Darn it. It's
http://github.com/pinhook/funcunit (not pinkook).
By tomorrow, we should have a release that you can play with. We had one yesterday, but I decided that it would be best to not have a custom qunit.
Here's how it's shaping up to work / look.
We'd like to provide 3 things:
- A qunit.envjs.js script that enables qunit to report and run in envjs.
- A envjs shell script that loads rhino, selenium, envjs, a settings and opens a page.
- A funcunit.js script that enables qunit to drive selenium.
The first 2 are nothing new and have been done by other people. This would let people take an existing qunit test and do something like:
./envjs mytest.html
The settings file is so that EnvJS can make Ajax requests as if it was not running from the filesystem.
But the funcunit.js part is very special. It allows your tests to open another page (via the browser or via selenium) and perform the clicks and keypresses a user would do. It's got a sweet syntax.

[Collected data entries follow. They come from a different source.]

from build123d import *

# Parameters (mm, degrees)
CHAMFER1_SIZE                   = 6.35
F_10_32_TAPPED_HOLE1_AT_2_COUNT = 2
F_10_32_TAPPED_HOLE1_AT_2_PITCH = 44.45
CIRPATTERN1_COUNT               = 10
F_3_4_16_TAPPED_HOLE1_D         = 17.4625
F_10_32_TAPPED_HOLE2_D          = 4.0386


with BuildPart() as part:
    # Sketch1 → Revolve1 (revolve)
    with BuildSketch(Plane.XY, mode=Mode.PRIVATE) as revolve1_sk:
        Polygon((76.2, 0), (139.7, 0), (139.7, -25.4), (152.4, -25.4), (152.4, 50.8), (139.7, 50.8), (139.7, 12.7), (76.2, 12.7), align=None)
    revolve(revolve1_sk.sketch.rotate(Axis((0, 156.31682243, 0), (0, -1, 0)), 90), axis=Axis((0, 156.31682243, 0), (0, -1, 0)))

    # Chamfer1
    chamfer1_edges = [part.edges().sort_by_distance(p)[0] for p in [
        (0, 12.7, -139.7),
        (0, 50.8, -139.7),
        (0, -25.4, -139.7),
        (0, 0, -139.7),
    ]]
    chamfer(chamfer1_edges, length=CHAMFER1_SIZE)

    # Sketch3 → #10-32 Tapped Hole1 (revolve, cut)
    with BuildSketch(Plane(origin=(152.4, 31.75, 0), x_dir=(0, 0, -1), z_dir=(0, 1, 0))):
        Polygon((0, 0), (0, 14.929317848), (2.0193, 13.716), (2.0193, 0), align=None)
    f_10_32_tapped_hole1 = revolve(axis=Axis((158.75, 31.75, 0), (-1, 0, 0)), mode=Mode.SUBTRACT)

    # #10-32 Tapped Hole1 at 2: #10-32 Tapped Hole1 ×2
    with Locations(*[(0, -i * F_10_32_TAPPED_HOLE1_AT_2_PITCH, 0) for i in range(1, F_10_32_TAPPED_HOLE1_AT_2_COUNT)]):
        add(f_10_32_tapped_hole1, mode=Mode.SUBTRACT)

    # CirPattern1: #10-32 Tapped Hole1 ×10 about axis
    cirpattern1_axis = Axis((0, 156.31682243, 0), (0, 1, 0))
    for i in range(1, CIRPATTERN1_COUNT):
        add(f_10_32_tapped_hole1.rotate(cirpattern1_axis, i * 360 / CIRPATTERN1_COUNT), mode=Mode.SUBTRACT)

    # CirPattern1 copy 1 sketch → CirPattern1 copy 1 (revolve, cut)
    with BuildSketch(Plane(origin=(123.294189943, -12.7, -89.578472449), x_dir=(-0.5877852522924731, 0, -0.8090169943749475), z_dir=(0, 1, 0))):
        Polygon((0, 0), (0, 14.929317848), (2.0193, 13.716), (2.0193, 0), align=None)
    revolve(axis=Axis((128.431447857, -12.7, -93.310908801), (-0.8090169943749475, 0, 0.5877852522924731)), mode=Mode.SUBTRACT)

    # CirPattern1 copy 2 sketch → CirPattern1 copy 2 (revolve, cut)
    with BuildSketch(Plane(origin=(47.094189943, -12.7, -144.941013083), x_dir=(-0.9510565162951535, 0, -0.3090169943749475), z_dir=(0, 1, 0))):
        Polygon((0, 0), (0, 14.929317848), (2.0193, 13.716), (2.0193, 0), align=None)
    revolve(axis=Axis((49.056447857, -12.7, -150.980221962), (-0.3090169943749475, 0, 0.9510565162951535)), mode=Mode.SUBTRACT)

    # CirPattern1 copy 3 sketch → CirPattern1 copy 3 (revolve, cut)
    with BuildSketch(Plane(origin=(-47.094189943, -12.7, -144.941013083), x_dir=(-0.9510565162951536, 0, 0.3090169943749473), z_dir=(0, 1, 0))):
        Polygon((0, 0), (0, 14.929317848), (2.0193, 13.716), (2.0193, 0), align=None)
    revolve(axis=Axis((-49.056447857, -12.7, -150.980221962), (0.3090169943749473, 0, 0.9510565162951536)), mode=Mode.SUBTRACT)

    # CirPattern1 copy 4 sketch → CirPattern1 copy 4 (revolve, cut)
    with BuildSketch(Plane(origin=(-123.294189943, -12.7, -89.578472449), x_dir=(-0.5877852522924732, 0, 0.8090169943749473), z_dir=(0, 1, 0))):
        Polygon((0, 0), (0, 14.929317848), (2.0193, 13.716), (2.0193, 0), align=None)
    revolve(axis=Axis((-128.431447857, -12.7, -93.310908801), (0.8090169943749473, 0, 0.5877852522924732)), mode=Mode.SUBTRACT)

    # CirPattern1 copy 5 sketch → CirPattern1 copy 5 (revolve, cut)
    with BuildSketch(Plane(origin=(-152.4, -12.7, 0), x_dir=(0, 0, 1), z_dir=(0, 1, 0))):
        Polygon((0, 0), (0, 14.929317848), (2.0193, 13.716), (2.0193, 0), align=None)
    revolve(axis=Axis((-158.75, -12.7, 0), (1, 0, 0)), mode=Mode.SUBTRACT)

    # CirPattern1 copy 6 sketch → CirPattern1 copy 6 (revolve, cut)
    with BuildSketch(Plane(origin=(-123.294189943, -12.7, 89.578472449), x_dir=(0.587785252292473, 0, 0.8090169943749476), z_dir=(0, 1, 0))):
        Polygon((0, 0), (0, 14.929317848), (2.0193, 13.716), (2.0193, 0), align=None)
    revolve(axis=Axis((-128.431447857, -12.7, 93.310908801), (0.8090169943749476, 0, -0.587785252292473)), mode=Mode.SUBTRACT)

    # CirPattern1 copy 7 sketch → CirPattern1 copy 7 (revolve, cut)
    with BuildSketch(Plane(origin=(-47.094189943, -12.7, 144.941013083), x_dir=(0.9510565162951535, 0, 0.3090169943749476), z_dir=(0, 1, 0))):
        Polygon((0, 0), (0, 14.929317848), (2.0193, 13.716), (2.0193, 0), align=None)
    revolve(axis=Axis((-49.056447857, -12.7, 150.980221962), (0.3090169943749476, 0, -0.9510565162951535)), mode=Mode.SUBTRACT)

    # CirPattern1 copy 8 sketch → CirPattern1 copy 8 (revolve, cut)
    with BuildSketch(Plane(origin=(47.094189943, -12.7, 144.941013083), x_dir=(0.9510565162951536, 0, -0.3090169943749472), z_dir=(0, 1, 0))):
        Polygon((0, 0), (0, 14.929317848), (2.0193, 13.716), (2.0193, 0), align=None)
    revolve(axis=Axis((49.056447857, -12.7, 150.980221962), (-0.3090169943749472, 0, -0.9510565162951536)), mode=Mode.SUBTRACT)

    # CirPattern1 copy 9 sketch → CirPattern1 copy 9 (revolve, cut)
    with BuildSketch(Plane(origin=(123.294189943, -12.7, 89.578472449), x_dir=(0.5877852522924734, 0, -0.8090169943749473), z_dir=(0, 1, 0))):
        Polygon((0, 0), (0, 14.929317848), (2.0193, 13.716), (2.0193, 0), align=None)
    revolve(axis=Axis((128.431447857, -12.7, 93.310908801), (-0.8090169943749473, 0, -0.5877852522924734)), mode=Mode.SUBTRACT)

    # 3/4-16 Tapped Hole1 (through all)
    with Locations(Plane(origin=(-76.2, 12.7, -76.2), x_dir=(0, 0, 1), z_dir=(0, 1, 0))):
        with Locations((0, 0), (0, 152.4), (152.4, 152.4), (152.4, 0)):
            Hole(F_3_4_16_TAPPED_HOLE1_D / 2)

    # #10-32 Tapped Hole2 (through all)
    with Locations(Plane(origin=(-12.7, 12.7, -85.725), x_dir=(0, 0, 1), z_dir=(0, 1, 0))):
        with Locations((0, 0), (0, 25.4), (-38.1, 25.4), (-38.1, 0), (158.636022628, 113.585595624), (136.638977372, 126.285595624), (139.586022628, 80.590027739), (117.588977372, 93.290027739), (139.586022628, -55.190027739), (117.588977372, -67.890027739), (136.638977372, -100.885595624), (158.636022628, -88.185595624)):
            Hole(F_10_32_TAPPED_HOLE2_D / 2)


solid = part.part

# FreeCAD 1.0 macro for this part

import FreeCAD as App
import Part
import Sketcher

V = App.Vector
Q = App.Units.Quantity


def edges_at(feature, points):
    """Names of the edges that pass closest to the given points."""
    edges = feature.Shape.Edges
    near = lambda p: min(range(len(edges)), key=lambda i: edges[i].distToShape(Part.Vertex(*p))[0])
    return sorted({f"Edge{near(p) + 1}" for p in points})


def add_polygon(sketch, points):
    """Adds a closed chain of lines whose ends are joined by coincident constraints."""
    first, n = sketch.GeometryCount, len(points)
    for a, b in zip(points, points[1:] + points[:1]):
        sketch.addGeometry(Part.LineSegment(App.Vector(*a, 0), App.Vector(*b, 0)), False)
    for i in range(n):
        sketch.addConstraint(Sketcher.Constraint("Coincident", first + i, 2, first + (i + 1) % n, 1))

doc = App.newDocument("Part")
body = doc.addObject("PartDesign::Body", "Body")

# Sketch on XY plane
sketch1 = body.newObject("Sketcher::SketchObject", "Sketch")
sketch1.AttachmentSupport = (doc.getObject("XY_Plane"), [""])
sketch1.MapMode = "FlatFace"
add_polygon(sketch1, [(76, 0), (140, 0), (140, -25), (152, -25), (152, 51), (140, 51), (140, 13), (76, 13)])  # lines 0-7
sketch1.addConstraint(Sketcher.Constraint("Horizontal", 0))
sketch1.addConstraint(Sketcher.Constraint("Vertical", 1))
sketch1.addConstraint(Sketcher.Constraint("Horizontal", 2))
sketch1.addConstraint(Sketcher.Constraint("Vertical", 3))
sketch1.addConstraint(Sketcher.Constraint("Horizontal", 4))
sketch1.addConstraint(Sketcher.Constraint("Vertical", 5))
sketch1.addConstraint(Sketcher.Constraint("Horizontal", 6))
sketch1.addConstraint(Sketcher.Constraint("Vertical", 7))
sketch1.addConstraint(Sketcher.Constraint("PointOnObject", 0, 2, -1))
sketch1.addConstraint(Sketcher.Constraint("Vertical", 1, 2, 4, 2))
sketch1.addConstraint(Sketcher.Constraint("Equal", 4, 7))
sketch1.addConstraint(Sketcher.Constraint("DistanceY", 1, 2, 1, 1, Q("1 in")))
sketch1.addConstraint(Sketcher.Constraint("DistanceY", 3, 1, 3, 2, Q("3 in")))
sketch1.addConstraint(Sketcher.Constraint("DistanceX", 0, 1, 0, 2, Q("2.5 in")))
sketch1.addConstraint(Sketcher.Constraint("DistanceX", 2, 1, 2, 2, Q("0.5 in")))
sketch1.addConstraint(Sketcher.Constraint("DistanceX", -1, 1, 2, 2, Q("6 in")))
revolution = body.newObject("PartDesign::Revolution", "Revolution")
revolution.Profile = sketch1
revolution.ReferenceAxis = (sketch1, ["V_Axis"])
revolution.Angle = 360
doc.recompute()

chamfer = body.newObject("PartDesign::Chamfer", "Chamfer")
chamfer.Base = (revolution, edges_at(revolution, [
    (0, 12.7, -139.7),
    (0, 50.8, -139.7),
    (0, -25.4, -139.7),
    (0, 0, -139.7),
]))
chamfer.Size = Q("0.25 in")

# Sketch on XZ plane
sketch2 = body.newObject("Sketcher::SketchObject", "Sketch001")
sketch2.AttachmentSupport = (doc.getObject("XZ_Plane"), [""])
sketch2.MapMode = "FlatFace"
sketch2.AttachmentOffset = App.Placement(V(0, 0, -1.25 * 25.4), App.Rotation())
add_polygon(sketch2, [(137.5, 0), (152.4, 0), (152.4, -2), (138.7, -2)])  # lines 0-3
sketch2.addConstraint(Sketcher.Constraint("Horizontal", 0))
sketch2.addConstraint(Sketcher.Constraint("Vertical", 1))
sketch2.addConstraint(Sketcher.Constraint("Horizontal", 2))
sketch2.addConstraint(Sketcher.Constraint("PointOnObject", 0, 2, -1))
sketch2.addConstraint(Sketcher.Constraint("DistanceX", -1, 1, 0, 2, Q("6 in")))
sketch2.addConstraint(Sketcher.Constraint("Angle", 3, Q("121 deg")))
sketch2.addConstraint(Sketcher.Constraint("DistanceX", 2, 2, 2, 1, Q("0.54 in")))
sketch2.addConstraint(Sketcher.Constraint("DistanceY", 1, 2, 1, 1, Q("0.0795 in")))
groove = body.newObject("PartDesign::Groove", "Groove")
groove.Profile = sketch2
groove.ReferenceAxis = (sketch2, ["H_Axis"])
groove.Angle = 360
doc.recompute()

linearpattern = body.newObject("PartDesign::LinearPattern", "LinearPattern")
linearpattern.Originals = [groove]
linearpattern.Direction = (doc.getObject("Y_Axis"), [""])
linearpattern.Mode = "offset"
linearpattern.Offset = Q("1.75 in")
linearpattern.Occurrences = 2
linearpattern.Reversed = True
body.Tip = linearpattern
doc.recompute()

polarpattern = body.newObject("PartDesign::PolarPattern", "PolarPattern")
polarpattern.Originals = [groove]
polarpattern.Axis = (doc.getObject("Y_Axis"), [""])
polarpattern.Angle = 360
polarpattern.Occurrences = 10
body.Tip = polarpattern

# Sketch on XZ plane
sketch3 = body.newObject("Sketcher::SketchObject", "Sketch002")
sketch3.AttachmentSupport = (doc.getObject("XZ_Plane"), [""])
sketch3.MapMode = "FlatFace"
sketch3.AttachmentOffset = App.Placement(V(0, 0, 0.5 * 25.4), App.Rotation())
add_polygon(sketch3, [(111.2, -80.8), (123.3, -89.6), (122.1, -91.2), (111, -83.2)])  # lines 0-3
sketch3.addGeometry(Part.LineSegment(V(123.3, -89.6, 0), V(111.2, -80.8, 0)), True)  # axis
sketch3.addConstraint(Sketcher.Constraint("Coincident", 4, 1, 0, 2))
sketch3.addConstraint(Sketcher.Constraint("Coincident", 4, 2, 3, 2))
sketch3.addConstraint(Sketcher.Constraint("Perpendicular", 0, 1))
sketch3.addConstraint(Sketcher.Constraint("Perpendicular", 1, 2))
sketch3.addConstraint(Sketcher.Constraint("Angle", 0, Q("-36 deg")))
sketch3.addConstraint(Sketcher.Constraint("Angle", 3, Q("85 deg")))
sketch3.addConstraint(Sketcher.Constraint("Distance", 2, Q("0.54 in")))
sketch3.addConstraint(Sketcher.Constraint("Distance", 1, Q("0.0795 in")))
sketch3.addConstraint(Sketcher.Constraint("DistanceX", -1, 1, 2, 2, Q("111.010798 mm")))
sketch3.addConstraint(Sketcher.Constraint("DistanceY", 1, 2, -1, 1, Q("91.21212 mm")))
groove2 = body.newObject("PartDesign::Groove", "Groove001")
groove2.Profile = sketch3
groove2.ReferenceAxis = (sketch3, ["Axis0"])
groove2.Angle = 360

# Sketch on XZ plane
sketch4 = body.newObject("Sketcher::SketchObject", "Sketch003")
sketch4.AttachmentSupport = (doc.getObject("XZ_Plane"), [""])
sketch4.MapMode = "FlatFace"
sketch4.AttachmentOffset = App.Placement(V(0, 0, 0.5 * 25.4), App.Rotation())
add_polygon(sketch4, [(42.5, -130.7), (47.1, -144.9), (45.2, -145.6), (40.9, -132.5)])  # lines 0-3
sketch4.addGeometry(Part.LineSegment(V(47.1, -144.9, 0), V(42.5, -130.7, 0)), True)  # axis
sketch4.addConstraint(Sketcher.Constraint("Coincident", 4, 1, 0, 2))
sketch4.addConstraint(Sketcher.Constraint("Coincident", 4, 2, 3, 2))
sketch4.addConstraint(Sketcher.Constraint("Perpendicular", 0, 1))
sketch4.addConstraint(Sketcher.Constraint("Perpendicular", 1, 2))
sketch4.addConstraint(Sketcher.Constraint("Angle", 0, Q("-72 deg")))
sketch4.addConstraint(Sketcher.Constraint("Angle", 3, Q("49 deg")))
sketch4.addConstraint(Sketcher.Constraint("Distance", 2, Q("0.54 in")))
sketch4.addConstraint(Sketcher.Constraint("Distance", 1, Q("0.0795 in")))
sketch4.addConstraint(Sketcher.Constraint("DistanceX", -1, 1, 0, 2, Q("47.09419 mm")))
sketch4.addConstraint(Sketcher.Constraint("DistanceY", 1, 2, -1, 1, Q("145.565011 mm")))
groove3 = body.newObject("PartDesign::Groove", "Groove002")
groove3.Profile = sketch4
groove3.ReferenceAxis = (sketch4, ["Axis0"])
groove3.Angle = 360

# Sketch on XZ plane
sketch5 = body.newObject("Sketcher::SketchObject", "Sketch004")
sketch5.AttachmentSupport = (doc.getObject("XZ_Plane"), [""])
sketch5.MapMode = "FlatFace"
sketch5.AttachmentOffset = App.Placement(V(0, 0, 0.5 * 25.4), App.Rotation())
add_polygon(sketch5, [(-42.5, -130.7), (-47.1, -144.9), (-49, -144.3), (-44.8, -131.3)])  # lines 0-3
sketch5.addGeometry(Part.LineSegment(V(-47.1, -144.9, 0), V(-42.5, -130.7, 0)), True)  # axis
sketch5.addConstraint(Sketcher.Constraint("Coincident", 4, 1, 0, 2))
sketch5.addConstraint(Sketcher.Constraint("Coincident", 4, 2, 3, 2))
sketch5.addConstraint(Sketcher.Constraint("Perpendicular", 0, 1))
sketch5.addConstraint(Sketcher.Constraint("Perpendicular", 1, 2))
sketch5.addConstraint(Sketcher.Constraint("Angle", 0, Q("-108 deg")))
sketch5.addConstraint(Sketcher.Constraint("Angle", 3, Q("13 deg")))
sketch5.addConstraint(Sketcher.Constraint("Distance", 2, Q("0.54 in")))
sketch5.addConstraint(Sketcher.Constraint("Distance", 1, Q("0.0795 in")))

Here's what an auto-suggest looks like:
- S('#auto_suggest').click().type("qUnit")
- S('.result').exists().size(function(size){
- equal(size, 5,"there are 5 results")
- })
This clicks and types in an auto suggest button, waits for a result to exists, and then checks the number of results.
You might be asking yourself, why the callback for size? The reason is that functional tests do lots of asynchronous behavior and very little checking. Our previous version was practically unusable b/c we were always having to callback multiple functions. This new syntax allows you to call $.wait and still keep your test code very linear (no nested functions).
This was for an ftp app. I'd often have to create a file, do something to it, and test the result. This is why you'll see the createFile function. It's a helper. Notice all the timeoutCallbacks that move to another function and have to pass the original callback. Gross! This could be done with something like:
- Helpers = {
//takes a filename and returns a selector - convert : function(fileName){ .... },
- createFile : function(fileName){
- S(this.convert(fileName.replace(/\/[^\/]+$/,"") )).leftClick()
- S("#contextmenu .new_file").visible().click()
- S("#input.newEntry").exists().type(fileName+"\n")
- S(this.convert(fileName)).exists()
- },
- ....
And in my qunit test I could make a few folders as easily as:
- test("create a file and move it to another folder", function(){
- Helpers.createFile("foo/bar.txt")
- var selector = Helpers.convert("foo/bar.txt")
- S( selector ).dragTo( Helpers.convert("adifferentFolder") )
- S(Helpers.convert("adifferentFolder/bar.txt")).exists(function(){
ok(true,"Drag a file to another works")
}) - Helpers.removeFile("adifferentFolder/bar.txt")
- })
Testing solved?
I think I solved a bunch of problems by combining all approaches to testing and adding an 'asynchronous' aware syntax.
qUnit - Can't be automated. Can't do functional tests.
EnvJS - Not the 'real' browser.
Selenium - Very difficult to write and debug tests. With FuncUnit, all these tests run in the browser. You can debug them w/ firebug. Also, the API is nicer in my opinion.
How it works
funcunit.js has 2 modes - rhino and browser. In the browser, funcunit basically wraps:
Synthetic uses mostly feature detection to enable clicks and kepresses on dom objects (including their side effects).
If the page is running in envjs/rhino, it issues these commands to selenium. We have a custom version of selenium that uses synthetic (which fixes numerous bugs).
What we need
If you like this idea a lot ... I'd be happy to move it into the qUnit project when it's ready.